# Features

**Skimpy** provides:

- a way to create summary statistics of **pandas** or **Polars** dataframes, using the `skim()` function, and print them to your console via the [rich](https://github.com/willmcgugan/rich) package
- support for summarising boolean, numeric, datetime, timedelta, string, and category datatypes
- a command line interface to `skim` csv files
- intelligent rounding of numerical values to 4 significant figures
- a way to export the visual summary statistics to lossless formats namely SVG or HTML
- a way to further work with the summary statistics, by returning them as a dictionary
- a way to clean up messy column names in both **pandas** and **Polars** dataframes

When using **skimpy**, please be aware that *numerical columns are rounded to 4 significant figures*. You should also be aware that *any timezone-aware datetimes are converted into their naive equivalents*.
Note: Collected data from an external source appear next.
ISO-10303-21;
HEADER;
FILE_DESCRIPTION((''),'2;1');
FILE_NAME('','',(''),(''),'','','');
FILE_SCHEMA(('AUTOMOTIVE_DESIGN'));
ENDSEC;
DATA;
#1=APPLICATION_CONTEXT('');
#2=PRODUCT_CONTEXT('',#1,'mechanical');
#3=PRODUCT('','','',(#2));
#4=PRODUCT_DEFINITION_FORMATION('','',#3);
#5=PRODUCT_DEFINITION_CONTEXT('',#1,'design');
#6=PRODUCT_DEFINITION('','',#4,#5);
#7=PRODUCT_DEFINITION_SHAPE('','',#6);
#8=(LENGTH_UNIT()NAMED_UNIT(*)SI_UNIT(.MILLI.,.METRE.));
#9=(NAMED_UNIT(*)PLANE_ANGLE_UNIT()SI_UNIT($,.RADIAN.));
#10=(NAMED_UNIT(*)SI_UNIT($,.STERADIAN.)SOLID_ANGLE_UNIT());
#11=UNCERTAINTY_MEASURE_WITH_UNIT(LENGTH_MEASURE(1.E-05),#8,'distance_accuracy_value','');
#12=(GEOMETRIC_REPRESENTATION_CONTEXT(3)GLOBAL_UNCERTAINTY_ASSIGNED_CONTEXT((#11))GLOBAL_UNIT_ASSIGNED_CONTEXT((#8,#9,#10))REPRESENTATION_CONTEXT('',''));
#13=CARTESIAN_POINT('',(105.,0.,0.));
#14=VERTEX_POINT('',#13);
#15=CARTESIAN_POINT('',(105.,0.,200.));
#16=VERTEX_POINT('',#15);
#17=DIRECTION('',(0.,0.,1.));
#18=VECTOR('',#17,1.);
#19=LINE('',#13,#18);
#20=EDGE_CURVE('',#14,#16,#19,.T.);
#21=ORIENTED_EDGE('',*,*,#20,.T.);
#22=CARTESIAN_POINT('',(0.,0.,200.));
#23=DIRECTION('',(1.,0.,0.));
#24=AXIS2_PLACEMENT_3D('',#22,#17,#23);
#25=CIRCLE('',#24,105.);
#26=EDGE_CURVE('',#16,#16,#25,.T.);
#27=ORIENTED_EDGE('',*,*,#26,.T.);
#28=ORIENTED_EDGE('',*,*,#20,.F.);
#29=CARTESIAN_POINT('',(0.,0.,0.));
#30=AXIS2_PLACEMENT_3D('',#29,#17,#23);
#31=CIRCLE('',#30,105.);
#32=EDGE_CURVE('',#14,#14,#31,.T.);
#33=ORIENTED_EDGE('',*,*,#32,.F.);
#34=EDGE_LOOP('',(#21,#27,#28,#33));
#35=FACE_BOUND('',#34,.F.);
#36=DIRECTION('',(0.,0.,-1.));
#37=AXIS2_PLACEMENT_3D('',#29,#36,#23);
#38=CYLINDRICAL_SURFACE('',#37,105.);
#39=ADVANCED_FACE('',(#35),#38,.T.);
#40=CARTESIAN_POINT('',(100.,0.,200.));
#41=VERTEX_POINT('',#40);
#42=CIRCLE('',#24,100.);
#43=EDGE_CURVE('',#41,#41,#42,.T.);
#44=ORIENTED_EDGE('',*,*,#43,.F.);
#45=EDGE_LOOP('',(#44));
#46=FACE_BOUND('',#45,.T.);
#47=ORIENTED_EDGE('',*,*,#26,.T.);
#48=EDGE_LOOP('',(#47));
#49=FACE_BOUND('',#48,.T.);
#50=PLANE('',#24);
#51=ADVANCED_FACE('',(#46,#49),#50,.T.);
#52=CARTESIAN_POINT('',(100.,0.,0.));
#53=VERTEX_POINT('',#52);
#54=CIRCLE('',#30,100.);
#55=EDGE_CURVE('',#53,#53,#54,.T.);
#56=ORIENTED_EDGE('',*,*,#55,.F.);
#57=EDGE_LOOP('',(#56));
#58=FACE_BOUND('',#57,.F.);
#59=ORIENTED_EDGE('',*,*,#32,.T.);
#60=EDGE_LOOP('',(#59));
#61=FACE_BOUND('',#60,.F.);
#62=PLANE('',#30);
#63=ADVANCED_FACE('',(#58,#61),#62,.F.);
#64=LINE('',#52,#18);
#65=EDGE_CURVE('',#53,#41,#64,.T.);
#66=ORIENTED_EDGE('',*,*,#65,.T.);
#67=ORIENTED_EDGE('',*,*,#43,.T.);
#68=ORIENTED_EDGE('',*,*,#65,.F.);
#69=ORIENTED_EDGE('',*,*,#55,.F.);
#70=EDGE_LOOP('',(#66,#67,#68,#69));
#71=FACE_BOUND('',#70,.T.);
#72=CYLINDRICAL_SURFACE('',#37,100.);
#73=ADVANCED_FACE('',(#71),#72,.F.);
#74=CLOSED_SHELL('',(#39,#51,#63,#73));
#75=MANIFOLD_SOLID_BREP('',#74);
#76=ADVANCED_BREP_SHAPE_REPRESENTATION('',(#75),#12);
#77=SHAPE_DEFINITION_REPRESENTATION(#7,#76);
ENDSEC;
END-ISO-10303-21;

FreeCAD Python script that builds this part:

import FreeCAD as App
import Part
import Sketcher
from FreeCAD import Vector
Q = App.Units.Quantity

doc = App.newDocument("Part")
body = doc.addObject("PartDesign::Body", "Body")

sketch1 = doc.addObject("Sketcher::SketchObject", "Sketch")
body.addObject(sketch1)
sketch1.AttachmentSupport = (doc.XY_Plane, [""])
sketch1.MapMode = "FlatFace"
sketch1.addGeometry(Part.Circle(Vector(0, 0, 0), Vector(0, 0, 1), 105), False)
sketch1.addGeometry(Part.Circle(Vector(0, 0, 0), Vector(0, 0, 1), 100), False)
sketch1.addConstraint(Sketcher.Constraint("Coincident", 0, 3, -1, 1))
sketch1.addConstraint(Sketcher.Constraint("Coincident", 1, 3, -1, 1))
sketch1.addConstraint(Sketcher.Constraint("Diameter", 0, Q("210 mm")))
sketch1.addConstraint(Sketcher.Constraint("Diameter", 1, Q("200 mm")))
pad1 = doc.addObject("PartDesign::Pad", "Pad")
body.addObject(pad1)
pad1.Profile = sketch1
pad1.Length = 200

doc.recompute()
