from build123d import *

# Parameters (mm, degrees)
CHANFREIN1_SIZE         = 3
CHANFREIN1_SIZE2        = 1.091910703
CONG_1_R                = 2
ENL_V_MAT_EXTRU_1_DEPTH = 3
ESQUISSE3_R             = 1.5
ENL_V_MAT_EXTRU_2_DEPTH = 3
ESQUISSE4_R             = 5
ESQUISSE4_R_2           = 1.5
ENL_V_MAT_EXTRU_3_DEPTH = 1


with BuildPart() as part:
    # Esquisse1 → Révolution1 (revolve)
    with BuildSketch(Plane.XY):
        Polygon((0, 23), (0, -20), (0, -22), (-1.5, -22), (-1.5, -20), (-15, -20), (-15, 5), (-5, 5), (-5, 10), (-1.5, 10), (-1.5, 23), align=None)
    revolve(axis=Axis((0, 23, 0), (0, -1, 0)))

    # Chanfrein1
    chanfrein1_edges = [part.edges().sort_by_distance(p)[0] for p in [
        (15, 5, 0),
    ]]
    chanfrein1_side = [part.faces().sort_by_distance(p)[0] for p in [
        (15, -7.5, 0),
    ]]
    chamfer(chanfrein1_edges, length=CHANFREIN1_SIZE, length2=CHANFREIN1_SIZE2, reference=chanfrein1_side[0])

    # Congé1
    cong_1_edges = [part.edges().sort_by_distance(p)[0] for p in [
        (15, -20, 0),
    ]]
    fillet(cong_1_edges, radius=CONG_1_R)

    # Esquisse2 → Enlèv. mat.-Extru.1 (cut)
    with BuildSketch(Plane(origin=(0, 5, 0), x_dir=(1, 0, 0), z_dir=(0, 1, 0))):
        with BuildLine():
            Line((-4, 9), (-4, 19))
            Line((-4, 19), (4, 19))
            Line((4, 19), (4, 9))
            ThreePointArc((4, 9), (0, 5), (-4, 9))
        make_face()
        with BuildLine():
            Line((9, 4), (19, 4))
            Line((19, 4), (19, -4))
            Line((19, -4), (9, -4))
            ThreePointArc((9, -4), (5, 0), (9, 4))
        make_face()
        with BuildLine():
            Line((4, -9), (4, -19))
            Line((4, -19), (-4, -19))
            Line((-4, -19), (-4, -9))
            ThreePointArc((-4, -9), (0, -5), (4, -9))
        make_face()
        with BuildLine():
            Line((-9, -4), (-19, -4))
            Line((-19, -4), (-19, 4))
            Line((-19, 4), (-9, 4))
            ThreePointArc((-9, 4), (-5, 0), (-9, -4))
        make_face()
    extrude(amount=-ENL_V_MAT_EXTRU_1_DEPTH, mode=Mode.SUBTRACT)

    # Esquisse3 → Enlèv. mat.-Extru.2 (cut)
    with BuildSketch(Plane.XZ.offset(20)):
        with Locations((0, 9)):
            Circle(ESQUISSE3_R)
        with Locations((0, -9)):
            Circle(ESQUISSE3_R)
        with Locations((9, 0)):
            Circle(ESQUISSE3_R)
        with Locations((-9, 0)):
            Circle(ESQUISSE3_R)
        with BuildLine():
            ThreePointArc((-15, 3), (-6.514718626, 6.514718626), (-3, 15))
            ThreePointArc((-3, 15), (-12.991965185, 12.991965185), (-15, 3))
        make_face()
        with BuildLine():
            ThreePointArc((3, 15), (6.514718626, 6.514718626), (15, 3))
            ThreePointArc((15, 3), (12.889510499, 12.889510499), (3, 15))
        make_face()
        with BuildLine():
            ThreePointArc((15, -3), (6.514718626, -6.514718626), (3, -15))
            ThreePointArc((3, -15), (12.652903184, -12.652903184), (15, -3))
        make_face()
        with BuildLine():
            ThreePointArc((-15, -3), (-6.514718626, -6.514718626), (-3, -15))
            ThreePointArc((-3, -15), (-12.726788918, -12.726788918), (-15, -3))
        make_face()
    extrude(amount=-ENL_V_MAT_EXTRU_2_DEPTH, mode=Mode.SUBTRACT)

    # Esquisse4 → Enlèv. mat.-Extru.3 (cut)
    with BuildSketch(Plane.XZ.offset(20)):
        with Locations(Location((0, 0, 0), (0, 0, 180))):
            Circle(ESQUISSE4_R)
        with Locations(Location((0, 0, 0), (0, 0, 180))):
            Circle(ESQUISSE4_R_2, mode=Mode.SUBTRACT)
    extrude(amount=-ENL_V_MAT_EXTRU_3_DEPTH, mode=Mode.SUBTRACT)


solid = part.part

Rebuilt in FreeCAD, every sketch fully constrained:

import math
import FreeCAD as App
import Part
import Sketcher
from FreeCAD import Vector


def edges_at(feature, points):
    """Names of the edges that pass closest to the given points."""
    edges = feature.Shape.Edges
    near = lambda p: min(range(len(edges)), key=lambda i: edges[i].distToShape(Part.Vertex(*p))[0])
    return sorted({f"Edge{near(p) + 1}" for p in points})


def add_polygon(sketch, points):
    """Adds a closed chain of lines whose ends are joined by coincident constraints."""
    first, n = sketch.GeometryCount, len(points)
    for a, b in zip(points, points[1:] + points[:1]):
        sketch.addGeometry(Part.LineSegment(App.Vector(*a, 0), App.Vector(*b, 0)), False)
    for i in range(n):
        sketch.addConstraint(Sketcher.Constraint("Coincident", first + i, 2, first + (i + 1) % n, 1))

doc = App.newDocument("Part")
body = doc.addObject("PartDesign::Body", "Body")

sketch1 = body.newObject("Sketcher::SketchObject", "Sketch")
sketch1.AttachmentSupport = (doc.getObject("XY_Plane"), [""])
sketch1.MapMode = "FlatFace"
add_polygon(sketch1, [(0, -22), (0, 23), (-1.5, 23), (-1.5, 10), (-5, 10), (-5, 5), (-15, 5), (-15, -20), (-1.5, -20), (-1.5, -22)])
sketch1.addConstraint(Sketcher.Constraint("Vertical", 0))
sketch1.addConstraint(Sketcher.Constraint("Horizontal", 1))
sketch1.addConstraint(Sketcher.Constraint("Vertical", 2))
sketch1.addConstraint(Sketcher.Constraint("Horizontal", 3))
sketch1.addConstraint(Sketcher.Constraint("Vertical", 4))
sketch1.addConstraint(Sketcher.Constraint("Horizontal", 5))
sketch1.addConstraint(Sketcher.Constraint("Vertical", 6))
sketch1.addConstraint(Sketcher.Constraint("Horizontal", 7))
sketch1.addConstraint(Sketcher.Constraint("Vertical", 8))
sketch1.addConstraint(Sketcher.Constraint("Horizontal", 9))
sketch1.addConstraint(Sketcher.Constraint("PointOnObject", 0, 2, -2))
sketch1.addConstraint(Sketcher.Constraint("Vertical", 2, 2, 7, 2))
sketch1.addConstraint(Sketcher.Constraint("DistanceX", 5, 2, 5, 1, 10.0))
sketch1.addConstraint(Sketcher.Constraint("DistanceY", 0, 1, 0, 2, 45.0))
sketch1.addConstraint(Sketcher.Constraint("DistanceY", 2, 2, 2, 1, 13.0))
sketch1.addConstraint(Sketcher.Constraint("DistanceY", 4, 2, 4, 1, 5.0))
sketch1.addConstraint(Sketcher.Constraint("DistanceY", 6, 2, 6, 1, 25.0))
sketch1.addConstraint(Sketcher.Constraint("DistanceX", 1, 2, 1, 1, 1.5))
sketch1.addConstraint(Sketcher.Constraint("DistanceX", 3, 2, 3, 1, 3.5))
sketch1.addConstraint(Sketcher.Constraint("DistanceY", -1, 1, 0, 2, 23.0))
revolution = body.newObject("PartDesign::Revolution", "Revolution")
revolution.Profile = sketch1
revolution.ReferenceAxis = (sketch1, ["V_Axis"])
revolution.Angle = 360
doc.recompute()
You can find a full guide to the API on the [reference pages](reference/index.qmd).

## Skim a dataframe and return the statistics

To use `skim()` in its default mode, see the quickstart on [the homepage](index.ipynb).

If you want to export your results to a dictionary within Python, rather than printing them to console, use the `skim_get_data()` function instead. Let's see an example:

In [None]:
import pandas as pd
from rich import print
from skimpy import generate_test_data, skim_get_data

df = generate_test_data()

summary = skim_get_data(df)

And the dictionary has contents as follows:

In [None]:
print(summary)

## Clean up messy dataframe column names

**skimpy** also comes with a `clean_columns` function as a convenience (with thanks to the [**dataprep**](https://dataprep.ai/) package). This slugifies column names in **pandas** dataframes. For example,

In [None]:
from skimpy import clean_columns

columns = [
    "bs lncs;n edbn ",
    "Nín hǎo. Wǒ shì zhōng guó rén",
    "___This is a test___",
    "ÜBER Über German Umlaut",
]
messy_df = pd.DataFrame(columns=columns, index=[0], data=[range(len(columns))])
print("Column names:")
print(list(messy_df.columns))

Now let's clean these—by default what we get back is in *snake case*:

In [None]:
clean_df = clean_columns(messy_df)
print(list(clean_df.columns))

Other naming conventions are available, for example *camel case*:

In [None]:
clean_df = clean_columns(messy_df, case="camel")
print(list(clean_df.columns))

## Export the visual summary table to SVG

To export the figure containing the table of summary statistics, use the `skim_get_figure()` function. This will save an SVG file to the given (relative) path that you pass with the `save_path` argument.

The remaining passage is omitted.